May the winds be gentle upon your face, and your direction be straight and true as the flight of the eagle.
Walk in beauty and harmony with God and all people.
—a Navaho blessing—

On the inside, Brenda had written:

Keep Walking

Love winter when the plant says nothing.
—Thomas Merton

Matter is just a minor pollutant in a universe made of light.
—Ilya Prigogine

First we feel, and then we think. That is the natural order of things.
—Chandra Alexander

“…it gives me a kind of satisfaction to realize that it is not by contact with any other creature that I can recover the sense that I am real. Solitude means being lonely not in a way that pleases you but in a way that frightens and empties you to the extent that it means being exiled from yourself.”
—Henri J.M. Nouwen

That last one sent me. And I wrote in my journal:

I wonder now if I should say goodbye to Martin. He brings me comfort and safety. I don’t know if that’s what I need though. I covet it. I don’t want to turn away a gift.

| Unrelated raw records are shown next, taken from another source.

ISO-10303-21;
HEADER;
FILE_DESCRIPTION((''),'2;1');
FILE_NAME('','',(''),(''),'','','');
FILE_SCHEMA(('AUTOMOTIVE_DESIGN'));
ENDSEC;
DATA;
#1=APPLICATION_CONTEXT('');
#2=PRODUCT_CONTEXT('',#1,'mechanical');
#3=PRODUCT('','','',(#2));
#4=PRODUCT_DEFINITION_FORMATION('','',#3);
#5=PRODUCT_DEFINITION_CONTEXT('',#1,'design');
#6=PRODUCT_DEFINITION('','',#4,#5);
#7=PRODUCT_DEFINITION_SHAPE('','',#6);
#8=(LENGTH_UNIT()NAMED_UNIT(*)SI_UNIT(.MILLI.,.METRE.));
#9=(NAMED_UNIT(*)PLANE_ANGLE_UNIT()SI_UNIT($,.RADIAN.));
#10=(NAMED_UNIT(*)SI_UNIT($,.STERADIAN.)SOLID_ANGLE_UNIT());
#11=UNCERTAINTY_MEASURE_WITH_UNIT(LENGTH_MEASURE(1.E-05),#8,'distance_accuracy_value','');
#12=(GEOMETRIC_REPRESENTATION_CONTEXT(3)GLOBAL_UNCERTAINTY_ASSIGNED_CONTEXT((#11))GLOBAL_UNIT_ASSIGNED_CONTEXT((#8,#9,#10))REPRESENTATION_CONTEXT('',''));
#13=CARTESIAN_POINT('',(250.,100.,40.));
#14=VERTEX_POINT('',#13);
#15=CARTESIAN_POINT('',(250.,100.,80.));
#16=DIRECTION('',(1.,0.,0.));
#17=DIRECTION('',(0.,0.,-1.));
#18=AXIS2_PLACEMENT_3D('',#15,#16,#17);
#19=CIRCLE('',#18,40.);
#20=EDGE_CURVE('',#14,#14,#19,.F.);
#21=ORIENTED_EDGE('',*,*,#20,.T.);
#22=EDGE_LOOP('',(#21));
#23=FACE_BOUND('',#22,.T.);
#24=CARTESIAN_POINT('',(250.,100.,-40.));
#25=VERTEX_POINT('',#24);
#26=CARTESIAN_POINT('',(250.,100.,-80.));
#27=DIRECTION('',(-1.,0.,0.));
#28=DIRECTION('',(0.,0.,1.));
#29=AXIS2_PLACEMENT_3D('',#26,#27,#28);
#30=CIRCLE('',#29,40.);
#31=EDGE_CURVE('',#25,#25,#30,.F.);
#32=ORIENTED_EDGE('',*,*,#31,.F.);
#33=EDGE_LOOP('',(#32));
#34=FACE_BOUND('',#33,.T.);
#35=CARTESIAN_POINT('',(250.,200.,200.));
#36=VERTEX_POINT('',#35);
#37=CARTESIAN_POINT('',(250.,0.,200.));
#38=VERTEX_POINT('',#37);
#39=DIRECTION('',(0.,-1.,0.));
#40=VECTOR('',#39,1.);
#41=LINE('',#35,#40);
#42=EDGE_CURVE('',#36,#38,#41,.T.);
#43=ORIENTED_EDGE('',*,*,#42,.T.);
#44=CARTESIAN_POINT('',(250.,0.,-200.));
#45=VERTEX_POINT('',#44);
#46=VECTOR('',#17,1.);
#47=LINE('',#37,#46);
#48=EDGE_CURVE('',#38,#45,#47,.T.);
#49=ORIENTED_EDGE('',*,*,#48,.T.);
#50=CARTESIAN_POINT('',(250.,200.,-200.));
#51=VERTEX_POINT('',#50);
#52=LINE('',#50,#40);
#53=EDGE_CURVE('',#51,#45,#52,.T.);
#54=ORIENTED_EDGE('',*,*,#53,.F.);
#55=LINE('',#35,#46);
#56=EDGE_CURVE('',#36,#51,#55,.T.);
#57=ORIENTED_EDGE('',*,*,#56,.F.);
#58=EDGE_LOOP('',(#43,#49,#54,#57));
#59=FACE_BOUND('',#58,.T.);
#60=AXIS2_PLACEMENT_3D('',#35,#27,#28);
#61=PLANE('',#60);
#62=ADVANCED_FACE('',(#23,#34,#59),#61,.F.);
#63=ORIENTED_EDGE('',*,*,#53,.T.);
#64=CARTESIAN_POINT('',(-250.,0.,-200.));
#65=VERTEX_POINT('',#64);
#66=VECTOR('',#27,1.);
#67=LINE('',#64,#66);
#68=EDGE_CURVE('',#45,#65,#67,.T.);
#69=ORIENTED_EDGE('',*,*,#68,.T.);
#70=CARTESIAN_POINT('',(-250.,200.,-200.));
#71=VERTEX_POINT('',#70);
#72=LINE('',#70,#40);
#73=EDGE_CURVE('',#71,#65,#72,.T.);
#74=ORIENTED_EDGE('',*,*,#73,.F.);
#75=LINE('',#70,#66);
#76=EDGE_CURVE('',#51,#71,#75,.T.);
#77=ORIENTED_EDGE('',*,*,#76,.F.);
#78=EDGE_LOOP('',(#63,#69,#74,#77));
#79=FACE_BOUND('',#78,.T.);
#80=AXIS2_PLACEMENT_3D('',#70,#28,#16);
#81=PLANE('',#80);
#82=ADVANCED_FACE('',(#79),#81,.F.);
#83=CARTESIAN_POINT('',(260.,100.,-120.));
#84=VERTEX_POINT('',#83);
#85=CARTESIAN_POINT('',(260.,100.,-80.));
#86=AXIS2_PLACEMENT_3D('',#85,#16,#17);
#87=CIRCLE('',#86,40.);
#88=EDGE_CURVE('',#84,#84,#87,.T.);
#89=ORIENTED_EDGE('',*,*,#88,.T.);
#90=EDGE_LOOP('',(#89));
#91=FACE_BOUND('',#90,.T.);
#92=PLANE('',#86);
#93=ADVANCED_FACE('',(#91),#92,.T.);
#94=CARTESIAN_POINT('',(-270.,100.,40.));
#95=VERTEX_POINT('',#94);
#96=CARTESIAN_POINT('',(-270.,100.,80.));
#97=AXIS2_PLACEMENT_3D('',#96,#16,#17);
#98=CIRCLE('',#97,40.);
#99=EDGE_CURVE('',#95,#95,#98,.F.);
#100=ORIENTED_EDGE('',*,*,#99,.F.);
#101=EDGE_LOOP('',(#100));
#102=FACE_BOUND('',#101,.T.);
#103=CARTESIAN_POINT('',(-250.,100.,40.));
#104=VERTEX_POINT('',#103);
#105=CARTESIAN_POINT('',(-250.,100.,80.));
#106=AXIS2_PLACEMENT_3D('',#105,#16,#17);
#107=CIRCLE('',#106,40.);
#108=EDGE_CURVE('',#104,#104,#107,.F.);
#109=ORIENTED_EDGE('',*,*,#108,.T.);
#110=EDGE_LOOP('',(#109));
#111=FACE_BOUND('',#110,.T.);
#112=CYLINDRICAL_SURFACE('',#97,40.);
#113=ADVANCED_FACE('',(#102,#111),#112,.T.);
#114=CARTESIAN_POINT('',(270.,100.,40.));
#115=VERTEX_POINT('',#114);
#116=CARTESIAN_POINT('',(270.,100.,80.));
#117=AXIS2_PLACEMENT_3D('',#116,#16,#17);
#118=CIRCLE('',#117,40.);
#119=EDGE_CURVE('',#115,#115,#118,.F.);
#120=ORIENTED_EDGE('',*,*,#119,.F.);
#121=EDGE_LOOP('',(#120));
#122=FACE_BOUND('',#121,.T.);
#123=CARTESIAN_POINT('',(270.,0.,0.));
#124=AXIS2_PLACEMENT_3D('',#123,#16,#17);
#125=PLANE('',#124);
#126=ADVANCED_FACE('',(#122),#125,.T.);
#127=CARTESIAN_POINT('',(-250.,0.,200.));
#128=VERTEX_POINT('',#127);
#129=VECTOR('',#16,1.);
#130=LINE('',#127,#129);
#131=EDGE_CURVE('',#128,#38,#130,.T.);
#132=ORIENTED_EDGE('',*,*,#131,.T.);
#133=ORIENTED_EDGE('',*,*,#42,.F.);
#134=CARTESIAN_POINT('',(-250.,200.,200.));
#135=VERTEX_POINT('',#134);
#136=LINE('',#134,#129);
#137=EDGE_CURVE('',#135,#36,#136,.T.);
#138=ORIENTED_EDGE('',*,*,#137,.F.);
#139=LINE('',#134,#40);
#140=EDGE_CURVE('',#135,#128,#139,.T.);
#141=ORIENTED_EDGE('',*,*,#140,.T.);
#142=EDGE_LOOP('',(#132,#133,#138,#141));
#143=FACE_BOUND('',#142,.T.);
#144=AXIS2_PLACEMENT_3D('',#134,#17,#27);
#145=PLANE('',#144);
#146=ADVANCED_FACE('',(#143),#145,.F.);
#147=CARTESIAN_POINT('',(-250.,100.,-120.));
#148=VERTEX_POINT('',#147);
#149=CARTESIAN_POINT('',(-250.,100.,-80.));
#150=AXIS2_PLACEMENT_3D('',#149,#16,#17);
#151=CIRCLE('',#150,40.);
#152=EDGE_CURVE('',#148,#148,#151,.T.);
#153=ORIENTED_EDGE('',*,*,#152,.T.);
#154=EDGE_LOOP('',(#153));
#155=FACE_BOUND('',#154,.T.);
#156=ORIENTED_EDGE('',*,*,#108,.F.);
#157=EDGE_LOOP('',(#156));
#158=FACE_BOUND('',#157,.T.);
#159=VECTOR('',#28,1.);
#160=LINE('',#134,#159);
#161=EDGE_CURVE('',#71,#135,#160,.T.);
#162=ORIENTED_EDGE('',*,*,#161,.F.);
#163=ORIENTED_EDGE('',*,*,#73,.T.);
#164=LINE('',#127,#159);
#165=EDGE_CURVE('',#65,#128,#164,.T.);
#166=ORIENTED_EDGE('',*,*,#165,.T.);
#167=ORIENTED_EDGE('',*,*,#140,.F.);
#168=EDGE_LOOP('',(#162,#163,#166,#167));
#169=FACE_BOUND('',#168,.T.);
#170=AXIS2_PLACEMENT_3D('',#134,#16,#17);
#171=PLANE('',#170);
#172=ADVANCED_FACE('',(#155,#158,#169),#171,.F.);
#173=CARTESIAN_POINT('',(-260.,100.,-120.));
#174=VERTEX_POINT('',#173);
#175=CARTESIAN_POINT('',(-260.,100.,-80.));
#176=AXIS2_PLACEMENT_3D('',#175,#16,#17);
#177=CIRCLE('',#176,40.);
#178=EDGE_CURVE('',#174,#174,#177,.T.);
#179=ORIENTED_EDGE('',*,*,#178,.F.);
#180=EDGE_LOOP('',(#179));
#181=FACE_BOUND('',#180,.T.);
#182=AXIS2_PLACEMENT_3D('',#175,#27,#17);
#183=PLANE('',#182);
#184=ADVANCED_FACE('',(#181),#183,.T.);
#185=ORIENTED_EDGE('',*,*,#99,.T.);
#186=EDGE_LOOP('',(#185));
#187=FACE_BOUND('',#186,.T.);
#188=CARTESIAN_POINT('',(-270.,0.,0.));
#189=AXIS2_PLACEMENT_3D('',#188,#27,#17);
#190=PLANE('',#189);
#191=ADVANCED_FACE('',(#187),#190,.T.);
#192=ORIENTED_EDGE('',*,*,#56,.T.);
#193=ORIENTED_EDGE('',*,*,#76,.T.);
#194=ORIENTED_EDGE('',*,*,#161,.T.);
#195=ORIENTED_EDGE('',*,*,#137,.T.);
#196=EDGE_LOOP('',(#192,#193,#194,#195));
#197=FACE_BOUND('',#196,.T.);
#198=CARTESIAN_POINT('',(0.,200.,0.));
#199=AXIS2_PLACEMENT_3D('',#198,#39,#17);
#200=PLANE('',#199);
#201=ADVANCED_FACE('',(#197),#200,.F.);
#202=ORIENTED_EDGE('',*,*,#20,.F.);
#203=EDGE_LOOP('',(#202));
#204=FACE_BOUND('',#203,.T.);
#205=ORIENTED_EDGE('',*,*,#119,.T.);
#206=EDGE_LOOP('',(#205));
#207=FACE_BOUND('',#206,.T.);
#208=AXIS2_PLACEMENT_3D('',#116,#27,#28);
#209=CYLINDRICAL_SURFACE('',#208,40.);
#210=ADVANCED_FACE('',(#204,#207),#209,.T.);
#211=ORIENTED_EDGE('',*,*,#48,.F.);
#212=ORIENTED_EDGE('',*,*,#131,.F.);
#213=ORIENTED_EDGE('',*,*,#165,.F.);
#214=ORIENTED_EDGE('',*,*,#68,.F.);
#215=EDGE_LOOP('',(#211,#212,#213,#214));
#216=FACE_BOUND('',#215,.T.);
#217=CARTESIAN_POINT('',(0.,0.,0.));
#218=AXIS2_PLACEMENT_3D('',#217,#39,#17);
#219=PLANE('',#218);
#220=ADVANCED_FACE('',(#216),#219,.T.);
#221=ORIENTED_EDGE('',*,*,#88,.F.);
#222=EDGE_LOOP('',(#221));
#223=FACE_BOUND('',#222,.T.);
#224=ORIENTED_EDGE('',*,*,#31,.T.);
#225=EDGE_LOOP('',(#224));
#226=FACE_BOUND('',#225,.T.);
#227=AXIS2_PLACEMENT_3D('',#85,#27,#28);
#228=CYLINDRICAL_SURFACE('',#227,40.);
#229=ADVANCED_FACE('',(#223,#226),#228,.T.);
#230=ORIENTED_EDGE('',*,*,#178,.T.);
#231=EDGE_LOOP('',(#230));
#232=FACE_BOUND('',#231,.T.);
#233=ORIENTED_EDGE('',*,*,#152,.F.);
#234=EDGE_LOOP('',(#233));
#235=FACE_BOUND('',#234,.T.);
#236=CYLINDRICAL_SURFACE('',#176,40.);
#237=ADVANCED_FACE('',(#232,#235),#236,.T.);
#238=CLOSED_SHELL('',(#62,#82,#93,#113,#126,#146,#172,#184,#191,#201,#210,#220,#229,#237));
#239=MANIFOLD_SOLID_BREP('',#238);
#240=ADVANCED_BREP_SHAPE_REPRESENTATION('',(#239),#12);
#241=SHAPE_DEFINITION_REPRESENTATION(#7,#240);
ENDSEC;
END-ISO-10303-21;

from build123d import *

# Parameters (mm, degrees)
SKETCH_2_W      = 500
SKETCH_2_H      = 400
EXTRUDE_1_DEPTH = 200
SKETCH_3_R      = 40
EXTRUDE_2_DEPTH = 10
SKETCH_3_3_R    = 40
EXTRUDE_3_DEPTH = 20


with BuildPart() as part:
    # 草图2 → 凸台-拉伸1 (new body)
    with BuildSketch(Plane(origin=(0, 0, 0), x_dir=(1, 0, 0), z_dir=(0, 1, 0))):
        Rectangle(SKETCH_2_W, SKETCH_2_H)
    extrude(amount=EXTRUDE_1_DEPTH)

    # 草图3 → 凸台-拉伸2 (add)
    with BuildSketch(Plane(origin=(250, 0, 0), x_dir=(0, 0, -1), z_dir=(1, 0, 0))):
        with Locations((80, 100)):
            Circle(SKETCH_3_R)
    extrude_2 = extrude(amount=EXTRUDE_2_DEPTH)

    # 草图3<3> → 凸台-拉伸3 (add)
    with BuildSketch(Plane(origin=(250, 0, 0), x_dir=(0, 0, -1), z_dir=(1, 0, 0))):
        with Locations((-80, 100)):
            Circle(SKETCH_3_3_R)
    extrude_3 = extrude(amount=EXTRUDE_3_DEPTH)

    # 镜向1: 凸台-拉伸2, 凸台-拉伸3 across plane
    add(extrude_2.mirror(Plane(origin=(0, 0, 0), x_dir=(0, 0, 1), z_dir=(1, 0, 0))))
    add(extrude_3.mirror(Plane(origin=(0, 0, 0), x_dir=(0, 0, 1), z_dir=(1, 0, 0))))


solid = part.part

It’s just that Brenda has sent me words about solitude this week, solitude in a way that frightens and brings us to ourselves. And that seems right to me. Martin, lovely, sweet, tender Martin, brings language and comfort and laughter. I know that the exchange of energy has been good. Positive for both of us. Necessary. We’ve needed each other. But I wonder when is the time for parting?

For now, I am here with my boys, the Germans, Simon and Martin. They are, at 22 and 24, the combined age of the man I imagine sleeping with next. But I will sleep with them tonight. And I will be happy.